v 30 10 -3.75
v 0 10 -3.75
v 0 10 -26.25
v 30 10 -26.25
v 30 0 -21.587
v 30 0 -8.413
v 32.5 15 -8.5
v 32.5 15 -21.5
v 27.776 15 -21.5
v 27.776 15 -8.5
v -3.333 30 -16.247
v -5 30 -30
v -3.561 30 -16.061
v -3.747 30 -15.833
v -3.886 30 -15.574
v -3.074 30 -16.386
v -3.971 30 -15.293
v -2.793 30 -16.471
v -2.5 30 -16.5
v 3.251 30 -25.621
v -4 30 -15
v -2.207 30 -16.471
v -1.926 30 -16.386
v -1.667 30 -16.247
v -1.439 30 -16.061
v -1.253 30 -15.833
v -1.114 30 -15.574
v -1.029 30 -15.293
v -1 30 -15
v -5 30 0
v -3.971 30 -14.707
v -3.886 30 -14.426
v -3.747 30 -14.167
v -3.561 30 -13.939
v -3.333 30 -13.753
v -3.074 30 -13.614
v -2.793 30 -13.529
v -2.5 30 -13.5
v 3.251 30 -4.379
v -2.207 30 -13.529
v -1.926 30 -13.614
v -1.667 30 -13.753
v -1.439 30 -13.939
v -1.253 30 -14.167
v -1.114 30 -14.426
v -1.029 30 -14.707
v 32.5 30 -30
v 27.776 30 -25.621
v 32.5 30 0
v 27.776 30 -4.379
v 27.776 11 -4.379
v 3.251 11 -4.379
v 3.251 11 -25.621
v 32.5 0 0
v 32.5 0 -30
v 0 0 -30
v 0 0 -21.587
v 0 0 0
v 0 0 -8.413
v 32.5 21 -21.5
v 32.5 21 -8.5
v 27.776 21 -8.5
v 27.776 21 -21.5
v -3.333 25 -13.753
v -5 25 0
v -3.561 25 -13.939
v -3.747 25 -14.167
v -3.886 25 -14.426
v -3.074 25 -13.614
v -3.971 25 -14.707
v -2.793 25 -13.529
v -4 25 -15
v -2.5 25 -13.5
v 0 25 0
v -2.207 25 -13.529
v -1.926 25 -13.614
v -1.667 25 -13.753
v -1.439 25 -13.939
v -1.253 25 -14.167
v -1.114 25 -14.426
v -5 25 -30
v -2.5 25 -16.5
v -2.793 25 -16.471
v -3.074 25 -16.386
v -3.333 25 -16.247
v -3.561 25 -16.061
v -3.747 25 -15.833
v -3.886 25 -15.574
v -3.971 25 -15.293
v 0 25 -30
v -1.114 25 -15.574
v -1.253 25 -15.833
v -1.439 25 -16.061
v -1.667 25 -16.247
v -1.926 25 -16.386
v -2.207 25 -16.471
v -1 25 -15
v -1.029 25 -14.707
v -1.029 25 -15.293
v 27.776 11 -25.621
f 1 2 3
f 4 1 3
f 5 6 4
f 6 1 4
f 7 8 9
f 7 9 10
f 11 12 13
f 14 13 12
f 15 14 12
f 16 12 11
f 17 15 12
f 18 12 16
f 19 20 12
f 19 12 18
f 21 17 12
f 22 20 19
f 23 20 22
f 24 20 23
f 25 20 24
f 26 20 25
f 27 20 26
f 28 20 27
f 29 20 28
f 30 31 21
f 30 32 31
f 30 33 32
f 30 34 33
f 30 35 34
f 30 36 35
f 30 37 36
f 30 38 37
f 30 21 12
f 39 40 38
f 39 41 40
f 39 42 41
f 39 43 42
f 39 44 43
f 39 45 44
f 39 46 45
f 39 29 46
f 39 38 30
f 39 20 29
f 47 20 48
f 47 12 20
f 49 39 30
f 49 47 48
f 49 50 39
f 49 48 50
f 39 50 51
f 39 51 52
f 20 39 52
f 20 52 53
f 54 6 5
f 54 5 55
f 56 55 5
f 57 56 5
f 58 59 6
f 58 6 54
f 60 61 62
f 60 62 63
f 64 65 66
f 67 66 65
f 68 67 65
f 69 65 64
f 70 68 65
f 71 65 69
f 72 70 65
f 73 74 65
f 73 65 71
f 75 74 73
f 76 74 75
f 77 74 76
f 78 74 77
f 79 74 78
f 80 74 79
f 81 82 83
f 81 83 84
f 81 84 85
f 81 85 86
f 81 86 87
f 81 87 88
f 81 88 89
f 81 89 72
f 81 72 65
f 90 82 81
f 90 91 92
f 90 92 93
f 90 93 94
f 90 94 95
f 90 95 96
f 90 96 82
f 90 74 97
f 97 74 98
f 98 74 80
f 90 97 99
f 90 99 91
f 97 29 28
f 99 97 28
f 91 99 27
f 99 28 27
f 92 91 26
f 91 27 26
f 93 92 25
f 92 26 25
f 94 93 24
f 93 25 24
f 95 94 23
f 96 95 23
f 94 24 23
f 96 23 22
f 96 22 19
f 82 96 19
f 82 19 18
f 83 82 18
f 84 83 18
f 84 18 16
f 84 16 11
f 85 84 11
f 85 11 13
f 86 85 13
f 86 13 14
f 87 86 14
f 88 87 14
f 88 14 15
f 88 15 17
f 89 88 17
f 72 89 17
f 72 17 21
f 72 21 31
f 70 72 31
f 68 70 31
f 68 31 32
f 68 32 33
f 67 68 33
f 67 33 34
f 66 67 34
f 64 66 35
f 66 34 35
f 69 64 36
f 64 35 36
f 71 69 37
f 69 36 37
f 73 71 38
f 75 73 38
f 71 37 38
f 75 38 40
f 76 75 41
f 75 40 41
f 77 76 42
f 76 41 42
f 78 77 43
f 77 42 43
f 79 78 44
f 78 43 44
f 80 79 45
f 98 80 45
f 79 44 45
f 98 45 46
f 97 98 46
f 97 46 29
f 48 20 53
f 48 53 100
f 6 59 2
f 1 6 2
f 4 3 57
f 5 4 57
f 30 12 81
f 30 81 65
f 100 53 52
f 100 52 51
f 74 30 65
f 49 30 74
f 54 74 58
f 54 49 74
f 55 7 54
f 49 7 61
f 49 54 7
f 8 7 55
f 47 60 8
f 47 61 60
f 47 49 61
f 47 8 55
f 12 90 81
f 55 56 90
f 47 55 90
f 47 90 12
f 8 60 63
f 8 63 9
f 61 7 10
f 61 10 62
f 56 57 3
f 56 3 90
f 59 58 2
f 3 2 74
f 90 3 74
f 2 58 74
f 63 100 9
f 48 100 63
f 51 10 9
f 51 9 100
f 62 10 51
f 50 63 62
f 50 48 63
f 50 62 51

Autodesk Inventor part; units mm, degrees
ref_plane "YZ Plane" through (0, 0, 0) normal (1, 0, 0) x (0, 1, 0)
ref_plane "XZ Plane" through (0, 0, 0) normal (0, 1, 0) x (-1, 0, 0)
ref_plane "XY Plane" through (0, 0, 0) normal (0, 0, 1) x (1, 0, 0)
sketch "Sketch1" plane through (0, 0, 0) normal (1, 0, 0) x (0, 1, 0)
  line L0 (0, 0) -> (30, 0)
  line L1 (30, 0) -> (30, -30)
  line L2 (30, -30) -> (0, -30)
  line L3 (0, -30) -> (0, 0)
  line L4 (0, -8.4131) -> (10, -3.75)
  line L5 (10, -3.75) -> (10, -26.25)
  line L6 (10, -26.25) -> (0, -21.5869)
  point P0 (10, -15)
  point P1 (0, -15)
  dimension "d0" = 30
  dimension "d1" = 30
  dimension "d2" = 10
  dimension "d3" = 22.5
  dimension "d4" = 65
  dimension "d5" = 65
extrude "Extrusion1" add sketch "Sketch1" along normal blind 30 contours L0 L1 L2 L3 L6 L5 L4
sketch "Sketch2" plane through (30, 0, 0) normal (1, 0, 0) x (0, 0, -1)
  line L0 (0, 30) -> (0, 0) projected
  line L1 (21.5869, 0) -> (30, 0) projected
  line L2 (0, 30) -> (30, 30)
  line L3 (30, 30) -> (30, 0)
  line L4 (30, 0) -> (0, 0)
  line L5 (0, 0) -> (0, 30)
  point P0 (21.5869, 0)
extrude "Extrusion2" add sketch "Sketch2" along normal blind 2.5
sketch "Sketch3" plane through (0, 0, 0) normal (-1, 0, 0) x (0, 0, 1)
  line L0 (-30, 0) -> (-30, 30) projected
  line L1 (0, 30) -> (0, 0) projected
  line L2 (-30, 30) -> (0, 30)
  line L3 (0, 30) -> (0, 25)
  line L4 (0, 25) -> (-30, 25)
  line L5 (-30, 25) -> (-30, 30)
  point P0 (0, 30)
  dimension "d10" = 5
extrude "Extrusion3" add sketch "Sketch3" along normal blind 5
sketch "Sketch4" plane through (32.5, 30, 0) normal (0, 1, 0) x (1, 0, 0)
  line L0 (-32.5, 0) -> (-37.5, 0) projected
  line L1 (-32.5, 0) -> (-32.5, 30) construction
  circle A0 centre (-35, 15) radius 1.5
  dimension "d13" = 3
extrude "Extrusion4" cut sketch "Sketch4" against normal through all
sketch "Sketch5" plane through (32.5, 30, 0) normal (0, 1, 0) x (1, 0, 0)
  line L0 (-29.2486, 25.6211) -> (-4.7242, 25.6211)
  line L1 (-4.7242, 25.6211) -> (-4.7242, 4.3789)
  line L2 (-4.7242, 4.3789) -> (-29.2486, 4.3789)
  line L3 (-29.2486, 4.3789) -> (-29.2486, 25.6211)
  line L4 (0, 30) -> (0, 0) projected
  point P0 (-32.5, 0)
  point P1 (0, 15)
  point P2 (-4.7242, 15)
  point P3 (0, 15)
extrude "Extrusion5" cut sketch "Sketch5" against normal blind 19
sketch "Sketch6" plane through (32.5, 0, 0) normal (1, 0, 0) x (0, 0, -1)
  line L0 (25.6211, 11) -> (4.3789, 11) projected
  line L1 (8.5, 21) -> (21.5, 21)
  line L2 (21.5, 21) -> (21.5, 15)
  line L3 (21.5, 15) -> (8.5, 15)
  line L4 (8.5, 15) -> (8.5, 21)
  point P0 (0, 0)
  point P1 (15, 15)
  point P2 (15, 11)
  dimension "d18" = 13
  dimension "d19" = 6
  dimension "d20" = 4
extrude "Extrusion6" cut sketch "Sketch6" against normal up to next
properties part number "Top Sensor Mount"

^^^^^^^^^^^^^^^^

# [Exercise goal]
Transcribe verbatim. Cover the lines from the first line of the entries above to the line containing "v -1.253 25 -15.833", inclusive.

# [Output for this task]
v 30 10 -3.75
v 0 10 -3.75
v 0 10 -26.25
v 30 10 -26.25
v 30 0 -21.587
v 30 0 -8.413
v 32.5 15 -8.5
v 32.5 15 -21.5
v 27.776 15 -21.5
v 27.776 15 -8.5
v -3.333 30 -16.247
v -5 30 -30
v -3.561 30 -16.061
v -3.747 30 -15.833
v -3.886 30 -15.574
v -3.074 30 -16.386
v -3.971 30 -15.293
v -2.793 30 -16.471
v -2.5 30 -16.5
v 3.251 30 -25.621
v -4 30 -15
v -2.207 30 -16.471
v -1.926 30 -16.386
v -1.667 30 -16.247
v -1.439 30 -16.061
v -1.253 30 -15.833
v -1.114 30 -15.574
v -1.029 30 -15.293
v -1 30 -15
v -5 30 0
v -3.971 30 -14.707
v -3.886 30 -14.426
v -3.747 30 -14.167
v -3.561 30 -13.939
v -3.333 30 -13.753
v -3.074 30 -13.614
v -2.793 30 -13.529
v -2.5 30 -13.5
v 3.251 30 -4.379
v -2.207 30 -13.529
v -1.926 30 -13.614
v -1.667 30 -13.753
v -1.439 30 -13.939
v -1.253 30 -14.167
v -1.114 30 -14.426
v -1.029 30 -14.707
v 32.5 30 -30
v 27.776 30 -25.621
v 32.5 30 0
v 27.776 30 -4.379
v 27.776 11 -4.379
v 3.251 11 -4.379
v 3.251 11 -25.621
v 32.5 0 0
v 32.5 0 -30
v 0 0 -30
v 0 0 -21.587
v 0 0 0
v 0 0 -8.413
v 32.5 21 -21.5
v 32.5 21 -8.5
v 27.776 21 -8.5
v 27.776 21 -21.5
v -3.333 25 -13.753
v -5 25 0
v -3.561 25 -13.939
v -3.747 25 -14.167
v -3.886 25 -14.426
v -3.074 25 -13.614
v -3.971 25 -14.707
v -2.793 25 -13.529
v -4 25 -15
v -2.5 25 -13.5
v 0 25 0
v -2.207 25 -13.529
v -1.926 25 -13.614
v -1.667 25 -13.753
v -1.439 25 -13.939
v -1.253 25 -14.167
v -1.114 25 -14.426
v -5 25 -30
v -2.5 25 -16.5
v -2.793 25 -16.471
v -3.074 25 -16.386
v -3.333 25 -16.247
v -3.561 25 -16.061
v -3.747 25 -15.833
v -3.886 25 -15.574
v -3.971 25 -15.293
v 0 25 -30
v -1.114 25 -15.574
v -1.253 25 -15.833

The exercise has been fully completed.